→ WHAT THE TASK ASKS: Below are some entries. Repeat exactly the lines from the one with "#182=FACE_BOUND('',#181,.T.);" through the one with "A parametric FreeCAD", and only those.

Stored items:
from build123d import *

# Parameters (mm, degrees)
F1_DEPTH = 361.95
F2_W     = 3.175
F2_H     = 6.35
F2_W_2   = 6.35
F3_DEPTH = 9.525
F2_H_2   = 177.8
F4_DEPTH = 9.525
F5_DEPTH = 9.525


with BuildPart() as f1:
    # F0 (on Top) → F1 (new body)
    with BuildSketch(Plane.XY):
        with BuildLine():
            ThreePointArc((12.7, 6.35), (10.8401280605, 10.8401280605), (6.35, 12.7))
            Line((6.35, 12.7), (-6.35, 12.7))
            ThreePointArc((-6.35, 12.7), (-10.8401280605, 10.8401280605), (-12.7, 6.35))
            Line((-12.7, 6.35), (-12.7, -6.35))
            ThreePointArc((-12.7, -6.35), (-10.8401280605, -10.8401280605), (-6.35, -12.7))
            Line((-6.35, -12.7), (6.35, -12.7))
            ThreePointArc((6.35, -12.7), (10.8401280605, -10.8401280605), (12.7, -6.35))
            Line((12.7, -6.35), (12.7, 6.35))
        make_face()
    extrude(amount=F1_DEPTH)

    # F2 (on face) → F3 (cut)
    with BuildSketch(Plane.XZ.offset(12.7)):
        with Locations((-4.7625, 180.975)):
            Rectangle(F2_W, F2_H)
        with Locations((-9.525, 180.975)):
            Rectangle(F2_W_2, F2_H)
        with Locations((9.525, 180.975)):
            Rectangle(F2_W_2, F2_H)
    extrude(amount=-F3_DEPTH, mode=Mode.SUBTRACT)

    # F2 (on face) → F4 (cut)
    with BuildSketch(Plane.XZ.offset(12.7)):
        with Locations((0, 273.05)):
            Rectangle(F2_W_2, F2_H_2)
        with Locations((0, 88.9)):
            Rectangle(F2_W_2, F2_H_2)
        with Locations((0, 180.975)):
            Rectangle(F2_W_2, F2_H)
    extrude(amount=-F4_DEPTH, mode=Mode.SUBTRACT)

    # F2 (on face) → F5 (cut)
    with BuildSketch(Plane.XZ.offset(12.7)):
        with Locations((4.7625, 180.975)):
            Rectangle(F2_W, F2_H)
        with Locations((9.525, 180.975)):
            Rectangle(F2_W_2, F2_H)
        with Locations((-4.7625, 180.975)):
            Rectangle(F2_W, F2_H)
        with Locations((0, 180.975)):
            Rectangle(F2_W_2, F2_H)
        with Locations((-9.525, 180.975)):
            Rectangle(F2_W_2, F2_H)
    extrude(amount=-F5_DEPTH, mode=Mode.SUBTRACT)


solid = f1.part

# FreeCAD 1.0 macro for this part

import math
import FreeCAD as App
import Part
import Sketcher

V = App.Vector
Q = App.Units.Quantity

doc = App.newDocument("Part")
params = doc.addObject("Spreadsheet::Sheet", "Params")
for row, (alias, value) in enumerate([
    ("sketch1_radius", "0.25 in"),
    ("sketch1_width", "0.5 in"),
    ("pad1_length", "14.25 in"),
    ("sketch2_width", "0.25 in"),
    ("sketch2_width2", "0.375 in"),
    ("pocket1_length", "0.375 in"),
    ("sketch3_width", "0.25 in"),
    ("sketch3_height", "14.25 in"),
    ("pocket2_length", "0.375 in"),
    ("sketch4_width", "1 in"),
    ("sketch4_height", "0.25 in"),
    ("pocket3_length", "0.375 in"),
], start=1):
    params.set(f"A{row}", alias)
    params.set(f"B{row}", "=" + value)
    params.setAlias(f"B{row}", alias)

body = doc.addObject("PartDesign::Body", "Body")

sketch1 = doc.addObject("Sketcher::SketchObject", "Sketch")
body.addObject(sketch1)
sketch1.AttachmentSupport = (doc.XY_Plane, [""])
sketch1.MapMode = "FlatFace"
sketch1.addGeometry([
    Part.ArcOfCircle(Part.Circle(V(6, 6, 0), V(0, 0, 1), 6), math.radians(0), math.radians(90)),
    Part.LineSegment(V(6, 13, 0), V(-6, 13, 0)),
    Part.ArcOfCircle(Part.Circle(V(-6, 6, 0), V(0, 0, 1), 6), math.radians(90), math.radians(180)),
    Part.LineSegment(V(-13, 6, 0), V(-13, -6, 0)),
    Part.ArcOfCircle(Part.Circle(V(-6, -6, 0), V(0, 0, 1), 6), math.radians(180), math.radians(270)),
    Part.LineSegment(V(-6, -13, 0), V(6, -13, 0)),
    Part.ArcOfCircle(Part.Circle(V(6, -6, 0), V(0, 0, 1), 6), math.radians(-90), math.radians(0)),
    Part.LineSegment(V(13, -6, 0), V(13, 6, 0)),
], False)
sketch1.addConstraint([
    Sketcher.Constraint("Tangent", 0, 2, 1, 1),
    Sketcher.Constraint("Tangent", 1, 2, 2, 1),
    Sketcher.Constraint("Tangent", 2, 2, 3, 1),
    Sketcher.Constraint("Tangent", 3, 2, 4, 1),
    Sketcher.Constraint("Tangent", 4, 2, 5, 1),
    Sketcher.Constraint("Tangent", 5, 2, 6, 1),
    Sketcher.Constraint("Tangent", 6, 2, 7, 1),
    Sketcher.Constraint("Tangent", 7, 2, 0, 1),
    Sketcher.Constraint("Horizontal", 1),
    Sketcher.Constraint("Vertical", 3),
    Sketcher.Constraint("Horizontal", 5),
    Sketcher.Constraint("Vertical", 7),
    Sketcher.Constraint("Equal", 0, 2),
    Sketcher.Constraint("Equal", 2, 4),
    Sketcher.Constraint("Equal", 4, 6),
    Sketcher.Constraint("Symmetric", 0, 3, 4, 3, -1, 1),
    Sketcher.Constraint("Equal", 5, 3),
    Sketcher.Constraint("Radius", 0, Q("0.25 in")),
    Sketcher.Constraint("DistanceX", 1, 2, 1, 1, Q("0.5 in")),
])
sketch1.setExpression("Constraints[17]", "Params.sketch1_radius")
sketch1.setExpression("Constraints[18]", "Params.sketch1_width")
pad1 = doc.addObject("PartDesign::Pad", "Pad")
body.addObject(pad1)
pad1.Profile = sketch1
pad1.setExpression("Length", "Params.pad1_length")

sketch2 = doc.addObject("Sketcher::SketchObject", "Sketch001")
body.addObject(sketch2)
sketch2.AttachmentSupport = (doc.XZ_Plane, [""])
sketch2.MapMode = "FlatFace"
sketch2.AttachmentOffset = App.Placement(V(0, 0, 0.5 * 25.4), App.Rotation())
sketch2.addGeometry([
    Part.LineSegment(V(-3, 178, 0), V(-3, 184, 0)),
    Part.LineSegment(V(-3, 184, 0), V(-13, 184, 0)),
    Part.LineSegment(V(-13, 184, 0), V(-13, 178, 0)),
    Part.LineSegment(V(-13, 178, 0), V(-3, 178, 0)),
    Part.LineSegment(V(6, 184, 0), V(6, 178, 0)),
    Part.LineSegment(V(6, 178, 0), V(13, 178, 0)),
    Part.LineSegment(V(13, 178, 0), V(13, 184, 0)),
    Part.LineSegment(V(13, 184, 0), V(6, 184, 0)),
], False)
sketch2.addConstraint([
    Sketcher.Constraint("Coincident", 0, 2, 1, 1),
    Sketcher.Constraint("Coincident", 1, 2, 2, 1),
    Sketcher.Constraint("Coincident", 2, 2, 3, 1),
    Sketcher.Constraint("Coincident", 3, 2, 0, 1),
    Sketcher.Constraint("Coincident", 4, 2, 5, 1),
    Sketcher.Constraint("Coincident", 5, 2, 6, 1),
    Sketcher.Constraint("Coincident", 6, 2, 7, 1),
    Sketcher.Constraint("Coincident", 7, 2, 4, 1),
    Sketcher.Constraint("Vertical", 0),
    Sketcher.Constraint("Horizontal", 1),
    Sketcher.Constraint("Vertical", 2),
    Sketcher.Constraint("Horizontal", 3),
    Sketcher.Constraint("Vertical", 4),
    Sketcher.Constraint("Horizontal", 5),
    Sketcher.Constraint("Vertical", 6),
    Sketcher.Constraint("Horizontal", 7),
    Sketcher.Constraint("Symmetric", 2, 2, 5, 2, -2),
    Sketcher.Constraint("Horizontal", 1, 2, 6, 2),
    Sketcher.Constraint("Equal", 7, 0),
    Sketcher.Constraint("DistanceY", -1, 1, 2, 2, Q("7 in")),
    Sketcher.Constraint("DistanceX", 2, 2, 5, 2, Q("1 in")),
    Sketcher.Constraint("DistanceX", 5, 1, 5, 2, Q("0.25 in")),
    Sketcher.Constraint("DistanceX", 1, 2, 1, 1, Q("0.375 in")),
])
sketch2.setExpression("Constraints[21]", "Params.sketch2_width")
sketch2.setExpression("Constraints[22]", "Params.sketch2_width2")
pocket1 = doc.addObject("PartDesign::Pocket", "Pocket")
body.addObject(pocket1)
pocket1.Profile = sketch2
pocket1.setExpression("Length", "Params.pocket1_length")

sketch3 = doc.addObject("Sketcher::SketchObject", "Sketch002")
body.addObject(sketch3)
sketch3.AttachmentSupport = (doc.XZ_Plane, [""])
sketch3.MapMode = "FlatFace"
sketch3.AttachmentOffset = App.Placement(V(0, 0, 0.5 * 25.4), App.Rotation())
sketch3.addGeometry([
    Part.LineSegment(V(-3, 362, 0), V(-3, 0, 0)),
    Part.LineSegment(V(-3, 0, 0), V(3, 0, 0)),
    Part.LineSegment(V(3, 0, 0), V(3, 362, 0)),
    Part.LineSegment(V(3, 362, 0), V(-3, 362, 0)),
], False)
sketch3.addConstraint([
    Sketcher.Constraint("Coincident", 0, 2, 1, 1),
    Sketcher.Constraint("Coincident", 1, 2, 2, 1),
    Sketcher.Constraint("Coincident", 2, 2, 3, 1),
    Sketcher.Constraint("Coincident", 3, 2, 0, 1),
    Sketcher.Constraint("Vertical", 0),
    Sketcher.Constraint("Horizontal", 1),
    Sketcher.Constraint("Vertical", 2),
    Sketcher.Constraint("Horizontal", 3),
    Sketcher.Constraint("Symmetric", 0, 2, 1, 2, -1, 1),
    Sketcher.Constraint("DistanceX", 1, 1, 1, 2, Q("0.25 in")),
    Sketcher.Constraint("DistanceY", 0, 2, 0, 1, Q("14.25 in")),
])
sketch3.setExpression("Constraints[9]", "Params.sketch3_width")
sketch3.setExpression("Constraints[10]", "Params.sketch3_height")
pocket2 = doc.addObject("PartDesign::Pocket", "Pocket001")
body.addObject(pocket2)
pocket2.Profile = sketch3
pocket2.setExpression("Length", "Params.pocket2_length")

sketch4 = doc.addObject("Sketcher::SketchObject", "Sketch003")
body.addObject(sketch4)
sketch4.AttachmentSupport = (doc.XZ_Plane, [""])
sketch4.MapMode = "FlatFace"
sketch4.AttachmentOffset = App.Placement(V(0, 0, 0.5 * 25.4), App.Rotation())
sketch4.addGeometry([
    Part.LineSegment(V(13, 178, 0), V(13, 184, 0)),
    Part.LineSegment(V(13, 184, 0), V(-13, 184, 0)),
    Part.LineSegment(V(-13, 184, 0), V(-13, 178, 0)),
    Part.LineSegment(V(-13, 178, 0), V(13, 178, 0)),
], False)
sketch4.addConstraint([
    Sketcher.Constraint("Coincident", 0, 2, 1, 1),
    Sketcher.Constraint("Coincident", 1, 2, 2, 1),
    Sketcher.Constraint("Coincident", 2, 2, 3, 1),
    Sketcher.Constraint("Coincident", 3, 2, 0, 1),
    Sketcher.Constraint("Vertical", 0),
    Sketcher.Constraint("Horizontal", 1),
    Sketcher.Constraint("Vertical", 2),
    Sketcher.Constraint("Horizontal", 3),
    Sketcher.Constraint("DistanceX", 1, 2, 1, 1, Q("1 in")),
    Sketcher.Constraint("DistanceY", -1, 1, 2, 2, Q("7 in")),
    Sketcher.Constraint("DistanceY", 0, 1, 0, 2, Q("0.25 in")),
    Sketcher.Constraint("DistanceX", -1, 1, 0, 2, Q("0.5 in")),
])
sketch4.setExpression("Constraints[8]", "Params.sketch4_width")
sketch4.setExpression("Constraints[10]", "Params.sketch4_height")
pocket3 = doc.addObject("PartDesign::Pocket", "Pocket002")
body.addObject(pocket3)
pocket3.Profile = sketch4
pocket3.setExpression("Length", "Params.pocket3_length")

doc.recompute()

* * *

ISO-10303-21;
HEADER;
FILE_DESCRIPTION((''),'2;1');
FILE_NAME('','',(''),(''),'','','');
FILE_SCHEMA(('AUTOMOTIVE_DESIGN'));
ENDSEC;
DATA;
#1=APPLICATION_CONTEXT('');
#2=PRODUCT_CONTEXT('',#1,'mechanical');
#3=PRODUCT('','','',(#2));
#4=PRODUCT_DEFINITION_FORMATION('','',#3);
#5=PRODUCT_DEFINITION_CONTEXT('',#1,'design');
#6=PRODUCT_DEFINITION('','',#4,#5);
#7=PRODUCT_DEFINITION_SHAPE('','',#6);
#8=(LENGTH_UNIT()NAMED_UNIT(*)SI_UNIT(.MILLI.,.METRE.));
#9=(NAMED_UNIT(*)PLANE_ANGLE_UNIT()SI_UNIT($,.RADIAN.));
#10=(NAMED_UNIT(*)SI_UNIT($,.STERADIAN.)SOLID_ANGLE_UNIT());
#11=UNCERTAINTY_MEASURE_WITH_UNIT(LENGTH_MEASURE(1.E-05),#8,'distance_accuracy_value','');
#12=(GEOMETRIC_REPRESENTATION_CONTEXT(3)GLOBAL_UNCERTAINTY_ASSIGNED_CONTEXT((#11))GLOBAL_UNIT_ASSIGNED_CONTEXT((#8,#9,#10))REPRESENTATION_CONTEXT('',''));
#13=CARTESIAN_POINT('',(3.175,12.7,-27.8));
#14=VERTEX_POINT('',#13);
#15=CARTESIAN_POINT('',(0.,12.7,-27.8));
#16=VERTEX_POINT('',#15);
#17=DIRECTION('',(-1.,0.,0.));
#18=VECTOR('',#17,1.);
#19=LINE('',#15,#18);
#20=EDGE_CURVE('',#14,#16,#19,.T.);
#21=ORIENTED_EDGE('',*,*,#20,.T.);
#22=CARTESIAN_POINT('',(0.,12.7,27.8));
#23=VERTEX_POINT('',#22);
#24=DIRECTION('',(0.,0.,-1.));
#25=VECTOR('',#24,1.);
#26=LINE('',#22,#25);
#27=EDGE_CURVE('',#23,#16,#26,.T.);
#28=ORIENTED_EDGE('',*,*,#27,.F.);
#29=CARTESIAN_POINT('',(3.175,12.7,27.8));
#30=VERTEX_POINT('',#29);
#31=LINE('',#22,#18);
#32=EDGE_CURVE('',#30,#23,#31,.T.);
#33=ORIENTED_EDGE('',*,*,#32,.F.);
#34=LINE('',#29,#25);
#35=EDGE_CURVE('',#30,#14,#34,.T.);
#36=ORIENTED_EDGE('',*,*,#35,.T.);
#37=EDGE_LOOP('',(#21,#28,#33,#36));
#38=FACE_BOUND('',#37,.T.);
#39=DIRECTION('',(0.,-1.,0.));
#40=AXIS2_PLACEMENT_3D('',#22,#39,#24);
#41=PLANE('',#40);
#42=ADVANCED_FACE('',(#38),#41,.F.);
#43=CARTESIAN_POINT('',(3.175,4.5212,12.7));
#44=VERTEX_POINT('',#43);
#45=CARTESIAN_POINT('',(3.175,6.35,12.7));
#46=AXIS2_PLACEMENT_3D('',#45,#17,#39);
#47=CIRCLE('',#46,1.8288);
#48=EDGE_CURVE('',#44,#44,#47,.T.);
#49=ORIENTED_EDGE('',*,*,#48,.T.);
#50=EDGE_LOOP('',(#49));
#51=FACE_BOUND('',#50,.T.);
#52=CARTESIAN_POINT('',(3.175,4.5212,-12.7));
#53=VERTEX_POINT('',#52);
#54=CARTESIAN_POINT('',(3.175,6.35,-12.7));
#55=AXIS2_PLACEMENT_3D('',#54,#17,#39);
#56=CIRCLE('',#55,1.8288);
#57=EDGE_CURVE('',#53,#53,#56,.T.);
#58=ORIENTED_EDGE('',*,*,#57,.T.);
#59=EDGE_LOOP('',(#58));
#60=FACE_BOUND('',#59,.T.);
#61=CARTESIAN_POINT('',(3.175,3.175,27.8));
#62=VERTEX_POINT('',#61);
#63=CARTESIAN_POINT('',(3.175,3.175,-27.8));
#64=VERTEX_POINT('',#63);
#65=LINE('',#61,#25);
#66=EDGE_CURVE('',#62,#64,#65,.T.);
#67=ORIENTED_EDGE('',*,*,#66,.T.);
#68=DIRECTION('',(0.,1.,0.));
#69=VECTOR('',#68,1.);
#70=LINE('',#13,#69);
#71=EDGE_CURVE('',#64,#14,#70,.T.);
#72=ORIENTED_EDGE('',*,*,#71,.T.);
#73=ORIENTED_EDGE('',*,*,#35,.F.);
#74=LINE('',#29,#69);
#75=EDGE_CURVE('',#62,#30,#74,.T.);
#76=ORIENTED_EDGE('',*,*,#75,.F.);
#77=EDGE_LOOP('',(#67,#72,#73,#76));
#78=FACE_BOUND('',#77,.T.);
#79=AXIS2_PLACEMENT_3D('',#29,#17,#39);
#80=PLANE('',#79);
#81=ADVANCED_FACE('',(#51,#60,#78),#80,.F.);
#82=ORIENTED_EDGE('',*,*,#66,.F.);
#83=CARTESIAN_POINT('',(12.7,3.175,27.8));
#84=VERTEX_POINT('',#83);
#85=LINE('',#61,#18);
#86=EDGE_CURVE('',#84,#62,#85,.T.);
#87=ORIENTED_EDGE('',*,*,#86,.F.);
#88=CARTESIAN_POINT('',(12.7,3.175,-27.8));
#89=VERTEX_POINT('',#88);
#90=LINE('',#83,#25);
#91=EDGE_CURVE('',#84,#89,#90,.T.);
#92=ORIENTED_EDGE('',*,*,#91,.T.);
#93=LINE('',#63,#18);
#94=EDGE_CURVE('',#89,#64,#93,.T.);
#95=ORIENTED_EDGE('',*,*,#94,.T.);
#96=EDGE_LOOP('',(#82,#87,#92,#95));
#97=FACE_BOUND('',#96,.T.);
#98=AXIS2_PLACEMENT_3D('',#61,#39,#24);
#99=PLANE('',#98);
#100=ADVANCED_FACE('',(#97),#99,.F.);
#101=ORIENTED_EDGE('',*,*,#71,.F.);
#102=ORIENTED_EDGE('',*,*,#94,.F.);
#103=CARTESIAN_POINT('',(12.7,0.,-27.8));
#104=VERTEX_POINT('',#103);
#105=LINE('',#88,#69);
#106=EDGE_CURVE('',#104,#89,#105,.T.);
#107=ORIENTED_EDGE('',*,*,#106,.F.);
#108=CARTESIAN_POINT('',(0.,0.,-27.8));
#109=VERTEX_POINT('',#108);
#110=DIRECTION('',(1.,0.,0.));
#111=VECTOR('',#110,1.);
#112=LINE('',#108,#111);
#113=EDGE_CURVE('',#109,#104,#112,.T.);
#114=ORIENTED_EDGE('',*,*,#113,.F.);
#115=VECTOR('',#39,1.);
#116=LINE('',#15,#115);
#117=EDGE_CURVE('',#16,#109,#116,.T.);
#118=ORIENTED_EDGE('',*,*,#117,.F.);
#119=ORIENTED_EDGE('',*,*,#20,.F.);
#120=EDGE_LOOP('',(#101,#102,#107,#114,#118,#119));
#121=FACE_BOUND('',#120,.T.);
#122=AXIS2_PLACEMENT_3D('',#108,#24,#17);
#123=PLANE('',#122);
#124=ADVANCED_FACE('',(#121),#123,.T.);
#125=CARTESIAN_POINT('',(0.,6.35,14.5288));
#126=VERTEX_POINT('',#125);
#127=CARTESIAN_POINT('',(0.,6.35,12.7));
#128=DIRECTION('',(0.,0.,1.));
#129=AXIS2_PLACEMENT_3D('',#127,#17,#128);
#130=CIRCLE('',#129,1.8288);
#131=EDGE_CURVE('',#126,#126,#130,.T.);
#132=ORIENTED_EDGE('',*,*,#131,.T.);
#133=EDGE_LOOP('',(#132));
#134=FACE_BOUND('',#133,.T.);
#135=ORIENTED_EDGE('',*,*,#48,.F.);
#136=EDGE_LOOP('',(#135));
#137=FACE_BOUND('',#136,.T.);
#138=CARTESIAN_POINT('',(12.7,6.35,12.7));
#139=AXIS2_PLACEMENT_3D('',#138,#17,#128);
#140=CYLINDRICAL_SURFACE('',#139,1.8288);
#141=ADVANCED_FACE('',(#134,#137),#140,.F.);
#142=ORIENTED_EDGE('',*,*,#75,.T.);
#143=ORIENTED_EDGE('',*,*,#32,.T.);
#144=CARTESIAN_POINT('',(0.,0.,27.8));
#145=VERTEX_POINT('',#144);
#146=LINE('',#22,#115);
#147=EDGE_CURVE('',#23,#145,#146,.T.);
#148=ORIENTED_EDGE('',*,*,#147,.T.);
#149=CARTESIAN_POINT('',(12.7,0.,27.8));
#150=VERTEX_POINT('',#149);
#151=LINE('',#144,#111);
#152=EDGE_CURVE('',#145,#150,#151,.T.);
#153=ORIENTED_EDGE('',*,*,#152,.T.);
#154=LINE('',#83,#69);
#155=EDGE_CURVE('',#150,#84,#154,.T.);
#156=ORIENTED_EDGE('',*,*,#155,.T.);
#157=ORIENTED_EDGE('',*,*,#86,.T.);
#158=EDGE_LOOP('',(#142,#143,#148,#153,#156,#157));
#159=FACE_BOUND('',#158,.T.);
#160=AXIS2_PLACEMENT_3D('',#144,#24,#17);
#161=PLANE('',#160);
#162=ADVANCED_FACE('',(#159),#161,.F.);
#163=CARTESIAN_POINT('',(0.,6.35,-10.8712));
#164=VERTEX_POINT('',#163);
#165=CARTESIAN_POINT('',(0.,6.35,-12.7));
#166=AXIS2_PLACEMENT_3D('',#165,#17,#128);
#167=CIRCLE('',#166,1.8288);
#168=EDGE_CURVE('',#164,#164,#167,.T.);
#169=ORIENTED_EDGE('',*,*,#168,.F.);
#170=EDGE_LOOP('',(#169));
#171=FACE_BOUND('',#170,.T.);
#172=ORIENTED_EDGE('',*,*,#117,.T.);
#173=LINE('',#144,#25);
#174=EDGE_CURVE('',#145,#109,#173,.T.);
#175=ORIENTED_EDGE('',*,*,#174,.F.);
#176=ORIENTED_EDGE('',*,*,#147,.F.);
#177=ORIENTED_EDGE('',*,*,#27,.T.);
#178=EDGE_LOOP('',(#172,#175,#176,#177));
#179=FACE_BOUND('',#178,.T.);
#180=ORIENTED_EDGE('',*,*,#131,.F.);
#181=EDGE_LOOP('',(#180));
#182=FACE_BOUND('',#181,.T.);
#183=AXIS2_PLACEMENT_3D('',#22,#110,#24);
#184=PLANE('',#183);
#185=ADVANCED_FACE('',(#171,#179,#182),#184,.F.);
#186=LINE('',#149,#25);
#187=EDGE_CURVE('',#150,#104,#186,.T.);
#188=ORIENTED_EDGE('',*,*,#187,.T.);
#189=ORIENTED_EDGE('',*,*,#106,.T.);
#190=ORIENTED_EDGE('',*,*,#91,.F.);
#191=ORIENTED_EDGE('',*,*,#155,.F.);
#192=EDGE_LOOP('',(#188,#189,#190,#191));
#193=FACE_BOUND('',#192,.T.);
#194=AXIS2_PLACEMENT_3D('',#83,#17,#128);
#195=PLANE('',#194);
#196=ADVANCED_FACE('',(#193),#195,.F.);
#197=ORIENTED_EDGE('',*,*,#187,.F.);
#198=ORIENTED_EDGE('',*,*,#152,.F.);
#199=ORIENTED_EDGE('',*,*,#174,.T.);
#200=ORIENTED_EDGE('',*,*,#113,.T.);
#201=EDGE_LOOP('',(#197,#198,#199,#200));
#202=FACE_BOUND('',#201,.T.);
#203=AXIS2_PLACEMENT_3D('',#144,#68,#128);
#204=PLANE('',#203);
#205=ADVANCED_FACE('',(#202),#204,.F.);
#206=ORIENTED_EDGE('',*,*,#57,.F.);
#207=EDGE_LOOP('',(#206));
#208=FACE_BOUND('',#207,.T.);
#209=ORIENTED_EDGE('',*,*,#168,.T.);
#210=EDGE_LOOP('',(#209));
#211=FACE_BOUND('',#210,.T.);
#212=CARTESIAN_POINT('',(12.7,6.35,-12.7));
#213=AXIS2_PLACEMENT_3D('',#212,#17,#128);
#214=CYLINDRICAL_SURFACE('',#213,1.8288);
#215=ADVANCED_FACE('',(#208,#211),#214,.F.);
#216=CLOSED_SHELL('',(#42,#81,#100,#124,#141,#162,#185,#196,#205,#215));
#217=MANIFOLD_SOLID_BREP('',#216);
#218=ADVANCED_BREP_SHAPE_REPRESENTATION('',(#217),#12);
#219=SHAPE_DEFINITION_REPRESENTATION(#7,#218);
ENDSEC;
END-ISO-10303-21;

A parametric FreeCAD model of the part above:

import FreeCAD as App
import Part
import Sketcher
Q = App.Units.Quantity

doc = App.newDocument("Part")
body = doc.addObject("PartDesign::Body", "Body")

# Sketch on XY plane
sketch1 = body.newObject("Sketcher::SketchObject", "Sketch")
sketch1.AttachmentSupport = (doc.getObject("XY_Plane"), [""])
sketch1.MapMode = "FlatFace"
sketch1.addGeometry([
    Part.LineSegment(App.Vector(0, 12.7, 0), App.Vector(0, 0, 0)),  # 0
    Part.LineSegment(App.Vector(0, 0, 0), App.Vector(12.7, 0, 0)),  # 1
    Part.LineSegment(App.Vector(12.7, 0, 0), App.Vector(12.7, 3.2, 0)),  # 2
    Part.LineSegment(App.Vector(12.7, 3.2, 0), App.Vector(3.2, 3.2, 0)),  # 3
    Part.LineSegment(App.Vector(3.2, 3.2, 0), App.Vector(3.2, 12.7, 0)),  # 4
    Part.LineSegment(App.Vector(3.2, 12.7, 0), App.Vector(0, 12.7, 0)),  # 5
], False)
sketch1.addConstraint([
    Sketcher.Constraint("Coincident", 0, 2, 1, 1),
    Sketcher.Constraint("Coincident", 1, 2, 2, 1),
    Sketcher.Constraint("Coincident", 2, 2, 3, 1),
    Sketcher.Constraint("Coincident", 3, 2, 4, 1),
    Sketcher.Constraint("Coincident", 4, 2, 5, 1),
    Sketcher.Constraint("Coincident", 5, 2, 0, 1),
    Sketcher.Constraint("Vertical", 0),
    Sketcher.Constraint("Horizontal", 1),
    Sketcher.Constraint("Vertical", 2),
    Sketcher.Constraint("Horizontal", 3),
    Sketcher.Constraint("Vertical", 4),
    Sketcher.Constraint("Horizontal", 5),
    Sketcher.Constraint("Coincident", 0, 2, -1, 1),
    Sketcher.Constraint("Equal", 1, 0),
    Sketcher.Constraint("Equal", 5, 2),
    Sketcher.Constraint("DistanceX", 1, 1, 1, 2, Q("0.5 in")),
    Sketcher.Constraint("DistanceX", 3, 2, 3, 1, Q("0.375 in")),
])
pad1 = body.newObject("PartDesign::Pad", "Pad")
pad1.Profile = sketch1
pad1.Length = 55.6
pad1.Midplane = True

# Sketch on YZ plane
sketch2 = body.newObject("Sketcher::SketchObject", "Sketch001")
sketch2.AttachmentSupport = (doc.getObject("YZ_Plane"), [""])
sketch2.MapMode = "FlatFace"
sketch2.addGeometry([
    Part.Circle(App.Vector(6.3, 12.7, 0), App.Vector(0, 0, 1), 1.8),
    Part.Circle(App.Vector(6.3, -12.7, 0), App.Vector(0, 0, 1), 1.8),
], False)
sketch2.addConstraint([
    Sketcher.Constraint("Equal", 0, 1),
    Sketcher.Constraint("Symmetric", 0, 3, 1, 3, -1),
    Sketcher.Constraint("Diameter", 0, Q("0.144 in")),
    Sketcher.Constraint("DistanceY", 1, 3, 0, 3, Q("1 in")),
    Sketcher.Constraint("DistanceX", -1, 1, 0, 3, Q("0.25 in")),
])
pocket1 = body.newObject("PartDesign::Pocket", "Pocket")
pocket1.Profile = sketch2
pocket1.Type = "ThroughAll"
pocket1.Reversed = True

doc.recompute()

→ RESPONSE TO THE TASK:
#182=FACE_BOUND('',#181,.T.);
#183=AXIS2_PLACEMENT_3D('',#22,#110,#24);
#184=PLANE('',#183);
#185=ADVANCED_FACE('',(#171,#179,#182),#184,.F.);
#186=LINE('',#149,#25);
#187=EDGE_CURVE('',#150,#104,#186,.T.);
#188=ORIENTED_EDGE('',*,*,#187,.T.);
#189=ORIENTED_EDGE('',*,*,#106,.T.);
#190=ORIENTED_EDGE('',*,*,#91,.F.);
#191=ORIENTED_EDGE('',*,*,#155,.F.);
#192=EDGE_LOOP('',(#188,#189,#190,#191));
#193=FACE_BOUND('',#192,.T.);
#194=AXIS2_PLACEMENT_3D('',#83,#17,#128);
#195=PLANE('',#194);
#196=ADVANCED_FACE('',(#193),#195,.F.);
#197=ORIENTED_EDGE('',*,*,#187,.F.);
#198=ORIENTED_EDGE('',*,*,#152,.F.);
#199=ORIENTED_EDGE('',*,*,#174,.T.);
#200=ORIENTED_EDGE('',*,*,#113,.T.);
#201=EDGE_LOOP('',(#197,#198,#199,#200));
#202=FACE_BOUND('',#201,.T.);
#203=AXIS2_PLACEMENT_3D('',#144,#68,#128);
#204=PLANE('',#203);
#205=ADVANCED_FACE('',(#202),#204,.F.);
#206=ORIENTED_EDGE('',*,*,#57,.F.);
#207=EDGE_LOOP('',(#206));
#208=FACE_BOUND('',#207,.T.);
#209=ORIENTED_EDGE('',*,*,#168,.T.);
#210=EDGE_LOOP('',(#209));
#211=FACE_BOUND('',#210,.T.);
#212=CARTESIAN_POINT('',(12.7,6.35,-12.7));
#213=AXIS2_PLACEMENT_3D('',#212,#17,#128);
#214=CYLINDRICAL_SURFACE('',#213,1.8288);
#215=ADVANCED_FACE('',(#208,#211),#214,.F.);
#216=CLOSED_SHELL('',(#42,#81,#100,#124,#141,#162,#185,#196,#205,#215));
#217=MANIFOLD_SOLID_BREP('',#216);
#218=ADVANCED_BREP_SHAPE_REPRESENTATION('',(#217),#12);
#219=SHAPE_DEFINITION_REPRESENTATION(#7,#218);
ENDSEC;
END-ISO-10303-21;

A parametric FreeCAD model of the part above:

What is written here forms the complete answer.